Configuration Avg In-Match Avg STS Description
Qwen2.5-VL 3B Zero-shot 21.9% 26.5% Baseline
FT 3B 39.7% 46.7% +17.8% Gain
FT 3B + Spatial Priors 46.6% 53.1% +6.9% Additional Gain
FT 7B 44.5% 54.9% Larger model
FT 7B + Spatial Priors 48.5% 58.3% Best configuration

Key Findings

  • Severe cross-lingual performance drop: GPT-4o dropped from 72.2% in Indonesian to 26.0% in Hindi and 21.4% in Arabic, a gap of 30-50 percentage points.
  • Hindi is the most difficult: Nearly all models showed the lowest accuracy (4-29%) in Hindi, likely due to tokenization difficulties of the Devanagari script and scarce training data.
  • Targeted fine-tuning with only 500 images yields significant gains: +28.6 points for Indonesian and +17.4 for English.
  • Spatial priors are effective across all model scales: GPT-4o +3.5%, 3B +6.9%, 7B +4.0%.
  • Ours (7B+SP) outperformed GPT-4o+SP (48.5% vs 44.6%), indicating that domain adaptation and spatial information are more important than pure model scale.
  • Borderless tables are the most difficult (requiring structure inference), while bordered tables are the easiest; colored tables benefit larger models as color assists in visual grouping.

Highlights & Insights

  • Quantifying the cross-lingual gap: This work systematically quantifies the performance loss in cross-lingual transfer for table VQA. The 30-50 point gap is a wake-up call, showing that the multilingual capabilities of current VLMs are significantly overestimated.
  • Effectiveness of small-data fine-tuning: The fact that 500 training images can yield an 17-28 point improvement proves the high marginal utility of domain adaptation, which is encouraging for low-resource language research.
  • Simplicity and effectiveness of spatial priors: Providing table coordinates from off-the-shelf detection models as inputs is a simple strategy with zero extra training cost, yet it consistently yields a 4-7% improvement. This approach can be generalized to other document understanding tasks requiring spatial localization.

Limitations & Future Work

  • The dataset size (1,593 images) may not fully cover the diversity of all Indonesian documents.
  • Each image contains only one QA pair, limiting the evaluation of complex multi-hop reasoning.
  • While verified, full semantic equivalence across languages in translated QA is difficult to guarantee.
  • Spatial priors depend on the accuracy of the external object detection model; detection failures can propagate errors.
  • Future work could extend to more low-resource languages (e.g., Burmese, Khmer) and more complex document types.
  • vs.

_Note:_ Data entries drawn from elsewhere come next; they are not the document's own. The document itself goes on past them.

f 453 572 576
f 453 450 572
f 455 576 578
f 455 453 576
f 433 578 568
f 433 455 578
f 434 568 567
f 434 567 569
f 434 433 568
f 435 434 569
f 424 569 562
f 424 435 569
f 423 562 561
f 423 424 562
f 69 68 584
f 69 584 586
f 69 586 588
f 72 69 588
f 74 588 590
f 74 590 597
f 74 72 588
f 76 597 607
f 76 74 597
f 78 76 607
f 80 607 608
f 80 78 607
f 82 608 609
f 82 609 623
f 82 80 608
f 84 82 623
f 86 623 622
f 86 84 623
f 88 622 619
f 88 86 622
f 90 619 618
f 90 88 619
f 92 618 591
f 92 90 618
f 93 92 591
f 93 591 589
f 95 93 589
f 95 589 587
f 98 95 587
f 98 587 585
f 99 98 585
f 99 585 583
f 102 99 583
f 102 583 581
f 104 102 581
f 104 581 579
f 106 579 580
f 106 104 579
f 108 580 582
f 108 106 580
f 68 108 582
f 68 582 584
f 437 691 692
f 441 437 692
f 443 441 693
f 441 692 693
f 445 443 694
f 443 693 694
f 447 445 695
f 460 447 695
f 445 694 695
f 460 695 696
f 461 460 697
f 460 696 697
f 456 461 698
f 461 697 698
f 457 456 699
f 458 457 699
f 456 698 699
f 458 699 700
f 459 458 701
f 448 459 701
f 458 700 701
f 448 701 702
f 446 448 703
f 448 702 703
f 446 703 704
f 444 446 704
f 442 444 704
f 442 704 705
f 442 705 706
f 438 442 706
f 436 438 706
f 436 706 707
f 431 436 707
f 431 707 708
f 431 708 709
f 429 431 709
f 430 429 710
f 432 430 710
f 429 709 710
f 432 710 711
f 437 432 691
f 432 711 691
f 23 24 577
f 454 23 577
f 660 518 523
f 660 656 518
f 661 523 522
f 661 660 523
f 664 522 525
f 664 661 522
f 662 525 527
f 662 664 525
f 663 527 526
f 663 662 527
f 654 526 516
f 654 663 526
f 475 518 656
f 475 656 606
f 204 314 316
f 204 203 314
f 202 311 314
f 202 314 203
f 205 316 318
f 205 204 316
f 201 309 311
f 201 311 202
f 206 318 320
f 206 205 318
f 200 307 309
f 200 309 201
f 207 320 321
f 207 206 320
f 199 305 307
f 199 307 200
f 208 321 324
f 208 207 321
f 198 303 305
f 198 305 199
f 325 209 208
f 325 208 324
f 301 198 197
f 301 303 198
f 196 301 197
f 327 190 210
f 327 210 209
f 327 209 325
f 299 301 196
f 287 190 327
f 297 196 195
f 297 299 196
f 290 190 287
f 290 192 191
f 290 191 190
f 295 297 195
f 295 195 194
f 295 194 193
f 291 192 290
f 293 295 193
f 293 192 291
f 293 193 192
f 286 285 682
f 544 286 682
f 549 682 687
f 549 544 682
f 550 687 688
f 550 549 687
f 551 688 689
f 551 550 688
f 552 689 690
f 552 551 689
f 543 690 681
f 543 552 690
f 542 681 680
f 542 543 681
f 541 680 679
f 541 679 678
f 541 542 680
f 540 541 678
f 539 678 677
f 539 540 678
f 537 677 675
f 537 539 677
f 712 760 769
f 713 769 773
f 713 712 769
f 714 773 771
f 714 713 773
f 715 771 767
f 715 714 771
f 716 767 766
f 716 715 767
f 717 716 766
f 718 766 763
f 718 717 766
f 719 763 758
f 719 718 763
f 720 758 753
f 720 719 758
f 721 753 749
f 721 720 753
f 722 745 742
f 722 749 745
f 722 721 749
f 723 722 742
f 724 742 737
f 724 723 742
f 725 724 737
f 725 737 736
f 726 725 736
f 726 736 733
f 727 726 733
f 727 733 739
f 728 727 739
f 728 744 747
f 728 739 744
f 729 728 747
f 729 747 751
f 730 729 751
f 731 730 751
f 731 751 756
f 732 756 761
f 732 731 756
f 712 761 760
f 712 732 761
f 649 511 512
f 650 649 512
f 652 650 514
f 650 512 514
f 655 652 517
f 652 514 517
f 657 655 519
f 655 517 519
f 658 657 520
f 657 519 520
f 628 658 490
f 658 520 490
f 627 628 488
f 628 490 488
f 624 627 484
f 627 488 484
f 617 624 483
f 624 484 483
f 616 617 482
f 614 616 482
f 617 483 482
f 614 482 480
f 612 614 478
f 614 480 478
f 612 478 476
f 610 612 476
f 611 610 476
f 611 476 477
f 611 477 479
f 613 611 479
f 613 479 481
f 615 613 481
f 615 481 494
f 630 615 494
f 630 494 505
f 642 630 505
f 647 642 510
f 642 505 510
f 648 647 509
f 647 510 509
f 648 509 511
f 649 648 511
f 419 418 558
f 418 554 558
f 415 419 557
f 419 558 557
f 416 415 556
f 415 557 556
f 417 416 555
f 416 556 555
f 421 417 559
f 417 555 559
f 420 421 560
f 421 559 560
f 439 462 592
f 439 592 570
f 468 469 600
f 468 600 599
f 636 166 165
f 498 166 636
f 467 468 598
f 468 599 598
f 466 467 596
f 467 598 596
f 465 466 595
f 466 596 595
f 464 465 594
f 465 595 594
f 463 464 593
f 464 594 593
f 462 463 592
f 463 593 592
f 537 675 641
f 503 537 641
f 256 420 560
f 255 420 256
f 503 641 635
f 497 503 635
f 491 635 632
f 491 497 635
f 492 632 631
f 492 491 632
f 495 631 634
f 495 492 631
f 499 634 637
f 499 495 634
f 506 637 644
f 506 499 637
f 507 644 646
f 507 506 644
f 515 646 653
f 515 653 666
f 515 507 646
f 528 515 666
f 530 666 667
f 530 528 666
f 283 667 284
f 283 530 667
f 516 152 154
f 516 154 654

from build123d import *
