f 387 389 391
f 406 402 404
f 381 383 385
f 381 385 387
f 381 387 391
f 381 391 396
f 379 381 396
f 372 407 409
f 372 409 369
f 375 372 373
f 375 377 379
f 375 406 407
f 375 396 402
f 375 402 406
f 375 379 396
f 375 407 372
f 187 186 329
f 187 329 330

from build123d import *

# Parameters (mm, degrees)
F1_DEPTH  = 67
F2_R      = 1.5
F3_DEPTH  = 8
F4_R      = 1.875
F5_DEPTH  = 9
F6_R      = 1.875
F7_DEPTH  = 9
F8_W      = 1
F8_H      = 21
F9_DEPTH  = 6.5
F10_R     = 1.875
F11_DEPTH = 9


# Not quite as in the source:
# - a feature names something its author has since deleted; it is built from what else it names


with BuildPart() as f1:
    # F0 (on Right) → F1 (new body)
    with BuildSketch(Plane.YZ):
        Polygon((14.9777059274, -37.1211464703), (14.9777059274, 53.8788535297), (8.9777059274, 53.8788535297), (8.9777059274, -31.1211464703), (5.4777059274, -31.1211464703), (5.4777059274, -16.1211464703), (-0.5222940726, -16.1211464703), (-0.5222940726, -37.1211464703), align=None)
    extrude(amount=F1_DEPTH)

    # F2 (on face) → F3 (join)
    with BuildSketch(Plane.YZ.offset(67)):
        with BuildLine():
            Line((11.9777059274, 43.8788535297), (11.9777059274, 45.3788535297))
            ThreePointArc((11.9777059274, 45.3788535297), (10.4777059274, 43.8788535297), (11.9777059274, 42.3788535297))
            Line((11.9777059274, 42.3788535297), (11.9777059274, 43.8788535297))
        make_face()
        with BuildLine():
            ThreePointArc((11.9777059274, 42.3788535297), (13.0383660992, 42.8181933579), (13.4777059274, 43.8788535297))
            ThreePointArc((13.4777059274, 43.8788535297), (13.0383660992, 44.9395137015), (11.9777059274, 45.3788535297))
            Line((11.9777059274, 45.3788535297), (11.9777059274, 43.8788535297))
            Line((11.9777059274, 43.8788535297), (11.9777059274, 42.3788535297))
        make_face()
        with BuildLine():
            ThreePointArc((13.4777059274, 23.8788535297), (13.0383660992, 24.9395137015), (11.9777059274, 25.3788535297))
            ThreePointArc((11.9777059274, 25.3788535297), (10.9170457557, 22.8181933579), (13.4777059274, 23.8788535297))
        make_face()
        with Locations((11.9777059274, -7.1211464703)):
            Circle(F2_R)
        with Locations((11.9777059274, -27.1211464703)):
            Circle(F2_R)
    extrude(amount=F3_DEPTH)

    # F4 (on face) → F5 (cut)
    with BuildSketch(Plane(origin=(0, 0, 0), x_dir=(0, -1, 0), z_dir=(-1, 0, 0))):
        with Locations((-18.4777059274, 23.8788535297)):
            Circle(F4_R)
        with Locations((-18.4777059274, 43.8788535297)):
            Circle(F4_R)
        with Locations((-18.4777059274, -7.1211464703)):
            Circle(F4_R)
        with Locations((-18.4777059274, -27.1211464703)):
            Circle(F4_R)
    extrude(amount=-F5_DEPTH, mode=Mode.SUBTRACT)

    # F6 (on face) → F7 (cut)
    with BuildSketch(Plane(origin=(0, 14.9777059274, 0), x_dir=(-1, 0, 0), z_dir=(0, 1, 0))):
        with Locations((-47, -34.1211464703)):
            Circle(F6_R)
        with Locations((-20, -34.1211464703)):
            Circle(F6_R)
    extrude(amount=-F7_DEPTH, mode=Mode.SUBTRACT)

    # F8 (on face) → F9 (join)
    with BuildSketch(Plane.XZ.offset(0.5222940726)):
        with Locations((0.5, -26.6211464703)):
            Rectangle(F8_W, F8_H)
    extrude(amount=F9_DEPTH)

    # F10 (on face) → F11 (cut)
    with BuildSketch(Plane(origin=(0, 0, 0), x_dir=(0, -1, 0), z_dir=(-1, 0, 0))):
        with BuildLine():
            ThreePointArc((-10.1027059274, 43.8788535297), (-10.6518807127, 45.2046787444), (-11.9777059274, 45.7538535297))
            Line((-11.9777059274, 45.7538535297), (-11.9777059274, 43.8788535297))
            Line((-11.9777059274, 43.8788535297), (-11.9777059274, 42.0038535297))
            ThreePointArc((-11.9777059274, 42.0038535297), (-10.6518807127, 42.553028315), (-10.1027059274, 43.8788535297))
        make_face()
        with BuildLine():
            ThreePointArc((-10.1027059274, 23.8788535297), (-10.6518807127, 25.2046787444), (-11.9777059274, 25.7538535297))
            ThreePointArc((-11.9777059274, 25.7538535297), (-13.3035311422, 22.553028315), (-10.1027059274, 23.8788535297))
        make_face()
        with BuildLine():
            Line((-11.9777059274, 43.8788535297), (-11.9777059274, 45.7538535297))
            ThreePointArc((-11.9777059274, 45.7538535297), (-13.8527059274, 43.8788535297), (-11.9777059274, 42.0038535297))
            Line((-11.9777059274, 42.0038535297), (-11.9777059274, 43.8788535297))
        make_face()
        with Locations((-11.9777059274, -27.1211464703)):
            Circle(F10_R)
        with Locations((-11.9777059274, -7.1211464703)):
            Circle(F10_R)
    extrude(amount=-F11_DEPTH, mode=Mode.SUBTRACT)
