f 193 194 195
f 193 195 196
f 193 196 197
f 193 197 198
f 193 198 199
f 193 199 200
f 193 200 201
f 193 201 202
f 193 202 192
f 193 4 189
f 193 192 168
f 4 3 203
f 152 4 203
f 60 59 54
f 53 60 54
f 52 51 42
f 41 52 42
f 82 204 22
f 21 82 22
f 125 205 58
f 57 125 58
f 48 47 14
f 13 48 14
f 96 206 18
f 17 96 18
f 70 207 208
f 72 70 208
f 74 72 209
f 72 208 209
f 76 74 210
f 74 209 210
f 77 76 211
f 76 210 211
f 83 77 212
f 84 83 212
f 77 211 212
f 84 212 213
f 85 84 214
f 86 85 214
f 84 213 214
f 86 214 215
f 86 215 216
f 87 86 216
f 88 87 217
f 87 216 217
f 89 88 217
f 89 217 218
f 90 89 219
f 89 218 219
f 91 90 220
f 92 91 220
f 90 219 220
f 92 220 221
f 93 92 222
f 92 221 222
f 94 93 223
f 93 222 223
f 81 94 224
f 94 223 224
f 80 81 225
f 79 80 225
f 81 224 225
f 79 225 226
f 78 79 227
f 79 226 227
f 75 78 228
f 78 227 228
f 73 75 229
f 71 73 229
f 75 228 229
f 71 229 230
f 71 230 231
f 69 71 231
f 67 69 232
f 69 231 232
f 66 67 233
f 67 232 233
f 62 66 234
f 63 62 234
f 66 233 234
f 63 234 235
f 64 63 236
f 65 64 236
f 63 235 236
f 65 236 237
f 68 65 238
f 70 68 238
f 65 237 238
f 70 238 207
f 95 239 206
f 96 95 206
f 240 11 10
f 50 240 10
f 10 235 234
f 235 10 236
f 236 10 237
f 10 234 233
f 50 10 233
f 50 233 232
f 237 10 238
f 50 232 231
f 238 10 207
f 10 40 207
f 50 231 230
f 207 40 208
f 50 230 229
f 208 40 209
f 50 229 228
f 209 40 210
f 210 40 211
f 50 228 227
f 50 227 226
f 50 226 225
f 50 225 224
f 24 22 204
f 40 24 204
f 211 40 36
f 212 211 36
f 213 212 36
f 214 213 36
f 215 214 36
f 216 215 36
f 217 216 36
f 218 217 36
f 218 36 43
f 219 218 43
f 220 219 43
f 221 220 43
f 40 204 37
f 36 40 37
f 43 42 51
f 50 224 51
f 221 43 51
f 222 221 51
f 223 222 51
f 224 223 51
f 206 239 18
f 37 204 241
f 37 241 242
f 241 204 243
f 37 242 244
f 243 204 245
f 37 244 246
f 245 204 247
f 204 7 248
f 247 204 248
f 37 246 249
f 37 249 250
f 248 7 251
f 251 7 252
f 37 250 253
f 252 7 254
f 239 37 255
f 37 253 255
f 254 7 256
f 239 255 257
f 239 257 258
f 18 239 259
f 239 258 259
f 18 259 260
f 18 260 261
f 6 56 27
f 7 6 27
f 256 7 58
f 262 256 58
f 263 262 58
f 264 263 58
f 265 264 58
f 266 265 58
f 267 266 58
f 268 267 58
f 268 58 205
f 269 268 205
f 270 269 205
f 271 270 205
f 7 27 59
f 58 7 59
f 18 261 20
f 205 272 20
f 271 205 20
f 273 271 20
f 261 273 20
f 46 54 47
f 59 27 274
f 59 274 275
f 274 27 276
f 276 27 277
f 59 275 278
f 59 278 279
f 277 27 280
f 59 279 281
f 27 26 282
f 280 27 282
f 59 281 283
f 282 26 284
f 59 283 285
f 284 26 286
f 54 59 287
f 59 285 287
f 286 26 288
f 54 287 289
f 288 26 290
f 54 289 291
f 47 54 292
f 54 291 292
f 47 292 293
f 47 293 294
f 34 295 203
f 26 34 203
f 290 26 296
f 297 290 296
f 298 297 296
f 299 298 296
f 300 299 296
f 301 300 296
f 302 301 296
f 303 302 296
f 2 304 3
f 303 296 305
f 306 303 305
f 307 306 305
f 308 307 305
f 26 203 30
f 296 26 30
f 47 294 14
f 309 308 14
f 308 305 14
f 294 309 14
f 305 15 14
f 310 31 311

TableVQA-Bench: Only supports English; IndoTabVQA extends to four languages and cross-lingual settings.
  • vs. DocVQA: Focuses on general document understanding; IndoTabVQA focuses on the more challenging sub-task of table structure reasoning.
  • vs. TabComp: Focuses on table comparative reasoning but remains English-centric; IndoTabVQA fills the gap for low-resource languages.

Rating

  • Novelty: ⭐⭐⭐⭐ First cross-lingual table VQA benchmark for Indonesian, addressing representation in low-resource languages.
  • Experimental Thoroughness: ⭐⭐⭐⭐ Comprehensive analysis across six models, three settings, table types, and languages.
  • Writing Quality: ⭐⭐⭐⭐ Clear structure, deep analysis, and well-designed research questions.
  • Value: ⭐⭐⭐⭐ Provides a vital evaluation resource for cross-lingual document AI and highlights deficiencies in multilingual VLMs.